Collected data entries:
================

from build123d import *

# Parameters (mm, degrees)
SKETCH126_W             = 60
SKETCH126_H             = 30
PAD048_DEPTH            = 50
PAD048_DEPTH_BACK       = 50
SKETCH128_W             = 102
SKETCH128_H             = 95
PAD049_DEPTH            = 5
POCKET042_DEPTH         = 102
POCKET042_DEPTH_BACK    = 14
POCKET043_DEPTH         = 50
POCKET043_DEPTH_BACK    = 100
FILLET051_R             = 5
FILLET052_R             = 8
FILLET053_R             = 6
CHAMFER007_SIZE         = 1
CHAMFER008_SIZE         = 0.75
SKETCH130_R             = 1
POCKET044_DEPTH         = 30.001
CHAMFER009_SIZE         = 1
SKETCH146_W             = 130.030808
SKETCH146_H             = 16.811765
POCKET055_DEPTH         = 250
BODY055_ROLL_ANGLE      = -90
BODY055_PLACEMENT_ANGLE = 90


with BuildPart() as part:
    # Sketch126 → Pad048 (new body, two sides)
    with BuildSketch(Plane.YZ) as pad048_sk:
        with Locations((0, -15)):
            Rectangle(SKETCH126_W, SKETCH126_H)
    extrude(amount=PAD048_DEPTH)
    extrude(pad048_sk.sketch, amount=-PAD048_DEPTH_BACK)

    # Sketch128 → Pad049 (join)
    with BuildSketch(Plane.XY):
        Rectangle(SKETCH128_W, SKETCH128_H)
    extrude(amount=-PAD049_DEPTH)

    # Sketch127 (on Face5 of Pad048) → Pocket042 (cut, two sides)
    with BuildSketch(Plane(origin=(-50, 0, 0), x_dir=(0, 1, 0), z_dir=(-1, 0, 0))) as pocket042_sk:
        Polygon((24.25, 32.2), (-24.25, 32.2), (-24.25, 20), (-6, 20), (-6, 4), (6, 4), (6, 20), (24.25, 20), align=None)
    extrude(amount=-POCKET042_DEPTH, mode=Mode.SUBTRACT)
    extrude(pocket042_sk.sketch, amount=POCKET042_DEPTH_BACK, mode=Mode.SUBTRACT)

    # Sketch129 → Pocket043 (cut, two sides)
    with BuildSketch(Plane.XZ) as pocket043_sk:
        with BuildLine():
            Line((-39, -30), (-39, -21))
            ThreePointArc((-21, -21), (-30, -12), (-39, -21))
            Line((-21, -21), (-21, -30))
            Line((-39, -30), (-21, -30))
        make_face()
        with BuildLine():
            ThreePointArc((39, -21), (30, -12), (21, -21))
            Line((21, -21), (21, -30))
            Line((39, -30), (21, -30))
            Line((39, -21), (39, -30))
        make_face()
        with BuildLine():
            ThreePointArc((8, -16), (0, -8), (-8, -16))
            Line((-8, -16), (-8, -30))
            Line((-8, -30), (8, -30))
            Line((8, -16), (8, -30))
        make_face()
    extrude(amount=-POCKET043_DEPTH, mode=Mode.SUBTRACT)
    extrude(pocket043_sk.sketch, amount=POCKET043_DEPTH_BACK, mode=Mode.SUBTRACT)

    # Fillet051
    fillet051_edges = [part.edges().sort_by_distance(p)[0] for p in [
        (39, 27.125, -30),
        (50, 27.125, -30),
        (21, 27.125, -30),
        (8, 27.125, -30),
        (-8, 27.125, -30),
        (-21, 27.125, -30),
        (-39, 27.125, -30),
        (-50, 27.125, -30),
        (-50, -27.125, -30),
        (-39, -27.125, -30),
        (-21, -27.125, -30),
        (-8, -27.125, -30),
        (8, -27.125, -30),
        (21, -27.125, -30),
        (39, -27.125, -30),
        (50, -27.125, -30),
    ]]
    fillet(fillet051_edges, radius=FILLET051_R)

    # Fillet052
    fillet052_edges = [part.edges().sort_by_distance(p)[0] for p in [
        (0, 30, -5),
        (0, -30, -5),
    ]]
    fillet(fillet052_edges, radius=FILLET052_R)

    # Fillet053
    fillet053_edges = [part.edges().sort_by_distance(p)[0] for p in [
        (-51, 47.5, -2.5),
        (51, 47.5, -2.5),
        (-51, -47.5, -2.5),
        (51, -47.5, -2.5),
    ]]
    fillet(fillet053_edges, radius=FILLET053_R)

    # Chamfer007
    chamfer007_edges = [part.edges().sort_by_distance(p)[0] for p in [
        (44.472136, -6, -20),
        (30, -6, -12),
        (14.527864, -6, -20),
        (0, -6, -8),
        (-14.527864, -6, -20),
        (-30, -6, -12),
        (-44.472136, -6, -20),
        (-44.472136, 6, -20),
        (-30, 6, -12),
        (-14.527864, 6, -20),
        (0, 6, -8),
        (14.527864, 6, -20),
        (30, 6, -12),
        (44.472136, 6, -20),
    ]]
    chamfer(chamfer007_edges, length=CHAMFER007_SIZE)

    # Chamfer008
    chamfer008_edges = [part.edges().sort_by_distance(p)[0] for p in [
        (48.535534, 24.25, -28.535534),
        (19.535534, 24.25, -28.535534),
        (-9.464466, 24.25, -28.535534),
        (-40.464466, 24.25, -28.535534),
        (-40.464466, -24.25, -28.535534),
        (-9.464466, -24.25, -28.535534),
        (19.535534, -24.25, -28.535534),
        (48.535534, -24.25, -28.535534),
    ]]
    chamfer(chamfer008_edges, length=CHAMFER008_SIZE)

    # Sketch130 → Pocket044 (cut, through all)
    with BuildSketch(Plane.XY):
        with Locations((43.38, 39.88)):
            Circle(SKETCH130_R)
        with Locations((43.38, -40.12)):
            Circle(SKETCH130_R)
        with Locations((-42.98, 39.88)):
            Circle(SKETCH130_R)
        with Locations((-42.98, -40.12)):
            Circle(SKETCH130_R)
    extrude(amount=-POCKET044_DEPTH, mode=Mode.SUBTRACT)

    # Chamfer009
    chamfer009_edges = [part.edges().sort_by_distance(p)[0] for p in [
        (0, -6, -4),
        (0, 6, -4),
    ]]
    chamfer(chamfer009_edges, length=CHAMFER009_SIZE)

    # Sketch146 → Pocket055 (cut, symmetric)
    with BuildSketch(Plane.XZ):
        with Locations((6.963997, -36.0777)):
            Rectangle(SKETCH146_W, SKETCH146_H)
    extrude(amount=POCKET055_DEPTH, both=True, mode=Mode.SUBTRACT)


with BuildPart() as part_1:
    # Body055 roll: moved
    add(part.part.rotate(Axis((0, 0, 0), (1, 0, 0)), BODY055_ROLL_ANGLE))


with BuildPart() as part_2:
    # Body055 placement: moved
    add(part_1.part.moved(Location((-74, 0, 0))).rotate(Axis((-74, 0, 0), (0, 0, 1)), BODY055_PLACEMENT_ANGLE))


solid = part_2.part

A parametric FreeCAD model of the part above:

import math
import FreeCAD as App
import Part
import Sketcher
from FreeCAD import Vector
Q = App.Units.Quantity


def edges_at(feature, points):
    """Names of the edges that pass closest to the given points."""
    edges = feature.Shape.Edges
    near = lambda p: min(range(len(edges)), key=lambda i: edges[i].distToShape(Part.Vertex(*p))[0])
    return sorted({f"Edge{near(p) + 1}" for p in points})


def add_polygon(sketch, points):
    """Adds a closed chain of lines whose ends are joined by coincident constraints."""
    first, n = sketch.GeometryCount, len(points)
    for a, b in zip(points, points[1:] + points[:1]):
        sketch.addGeometry(Part.LineSegment(App.Vector(*a, 0), App.Vector(*b, 0)), False)
    for i in range(n):
        sketch.addConstraint(Sketcher.Constraint("Coincident", first + i, 2, first + (i + 1) % n, 1))

doc = App.newDocument("Part")
body = doc.addObject("PartDesign::Body", "Body")

sketch1 = body.newObject("Sketcher::SketchObject", "Sketch")
sketch1.AttachmentSupport = (doc.getObject("YZ_Plane"), [""])
sketch1.MapMode = "FlatFace"
add_polygon(sketch1, [(-30, 0), (-30, -30), (30, -30), (30, 0)])
sketch1.addConstraint(Sketcher.Constraint("Vertical", 0))
sketch1.addConstraint(Sketcher.Constraint("Horizontal", 1))
sketch1.addConstraint(Sketcher.Constraint("Vertical", 2))
sketch1.addConstraint(Sketcher.Constraint("Horizontal", 3))
sketch1.addConstraint(Sketcher.Constraint("Symmetric", 2, 2, 3, 2, -1, 1))
sketch1.addConstraint(Sketcher.Constraint("DistanceX", 1, 1, 1, 2, Q("60 mm")))
sketch1.addConstraint(Sketcher.Constraint("DistanceY", 0, 2, 0, 1, Q("30 mm")))
pad1 = body.newObject("PartDesign::Pad", "Pad")
pad1.Profile = sketch1
pad1.Type = "TwoLengths"
pad1.Length = 50
pad1.Length2 = 50

sketch2 = body.newObject("Sketcher::SketchObject", "Sketch001")
sketch2.AttachmentSupport = (doc.getObject("XY_Plane"), [""])
sketch2.MapMode = "FlatFace"
add_polygon(sketch2, [(-51, 48), (-51, -48), (51, -48), (51, 48)])
sketch2.addConstraint(Sketcher.Constraint("Vertical", 0))
sketch2.addConstraint(Sketcher.Constraint("Horizontal", 1))
sketch2.addConstraint(Sketcher.Constraint("Vertical", 2))
sketch2.addConstraint(Sketcher.Constraint("Horizontal", 3))
sketch2.addConstraint(Sketcher.Constraint("Symmetric", 0, 2, 2, 2, -1, 1))
sketch2.addConstraint(Sketcher.Constraint("DistanceX", 1, 1, 1, 2, Q("102 mm")))
sketch2.addConstraint(Sketcher.Constraint("DistanceY", 0, 2, 0, 1, Q("95 mm")))
pad2 = body.newObject("PartDesign::Pad", "Pad001")
pad2.Profile = sketch2
pad2.Length = 5
pad2.Reversed = True

sketch3 = body.newObject("Sketcher::SketchObject", "Sketch002")
sketch3.AttachmentSupport = (doc.getObject("YZ_Plane"), [""])
sketch3.MapMode = "FlatFace"
sketch3.AttachmentOffset = App.Placement(Vector(0, 0, -50), App.Rotation())
add_polygon(sketch3, [(24, -32), (-24, -32), (-24, -20), (-6, -20), (-6, -4), (6, -4), (6, -20), (24, -20)])
sketch3.addConstraint(Sketcher.Constraint("Horizontal", 0))
sketch3.addConstraint(Sketcher.Constraint("Vertical", 1))
sketch3.addConstraint(Sketcher.Constraint("Horizontal", 2))
sketch3.addConstraint(Sketcher.Constraint("Vertical", 3))
sketch3.addConstraint(Sketcher.Constraint("Horizontal", 4))
sketch3.addConstraint(Sketcher.Constraint("Vertical", 5))
sketch3.addConstraint(Sketcher.Constraint("Horizontal", 6))
sketch3.addConstraint(Sketcher.Constraint("Vertical", 7))
sketch3.addConstraint(Sketcher.Constraint("Symmetric", 2, 2, 5, 2, -2))
sketch3.addConstraint(Sketcher.Constraint("Equal", 2, 6))
sketch3.addConstraint(Sketcher.Constraint("DistanceX", 4, 1, 4, 2, Q("12 mm")))
sketch3.addConstraint(Sketcher.Constraint("DistanceY", 3, 1, 3, 2, Q("16 mm")))
sketch3.addConstraint(Sketcher.Constraint("DistanceX", 0, 2, 0, 1, Q("48.5 mm")))
sketch3.addConstraint(Sketcher.Constraint("DistanceY", 1, 1, 1, 2, Q("12.2 mm")))
sketch3.addConstraint(Sketcher.Constraint("DistanceY", 1, 2, -1, 1, Q("20 mm")))
pocket1 = body.newObject("PartDesign::Pocket", "Pocket")
pocket1.Profile = sketch3
pocket1.Type = "ThroughAll"
pocket1.Midplane = True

================

### TASK PROMPT:
Please copy only the lines between the first line of the entries and the line with "# Sketch126 →", keeping those two end lines as well, exactly as written.

### OUTPUT BELOW:
from build123d import *

# Parameters (mm, degrees)
SKETCH126_W             = 60
SKETCH126_H             = 30
PAD048_DEPTH            = 50
PAD048_DEPTH_BACK       = 50
SKETCH128_W             = 102
SKETCH128_H             = 95
PAD049_DEPTH            = 5
POCKET042_DEPTH         = 102
POCKET042_DEPTH_BACK    = 14
POCKET043_DEPTH         = 50
POCKET043_DEPTH_BACK    = 100
FILLET051_R             = 5
FILLET052_R             = 8
FILLET053_R             = 6
CHAMFER007_SIZE         = 1
CHAMFER008_SIZE         = 0.75
SKETCH130_R             = 1
POCKET044_DEPTH         = 30.001
CHAMFER009_SIZE         = 1
SKETCH146_W             = 130.030808
SKETCH146_H             = 16.811765
POCKET055_DEPTH         = 250
BODY055_ROLL_ANGLE      = -90
BODY055_PLACEMENT_ANGLE = 90


with BuildPart() as part:
    # Sketch126 → Pad048 (new body, two sides)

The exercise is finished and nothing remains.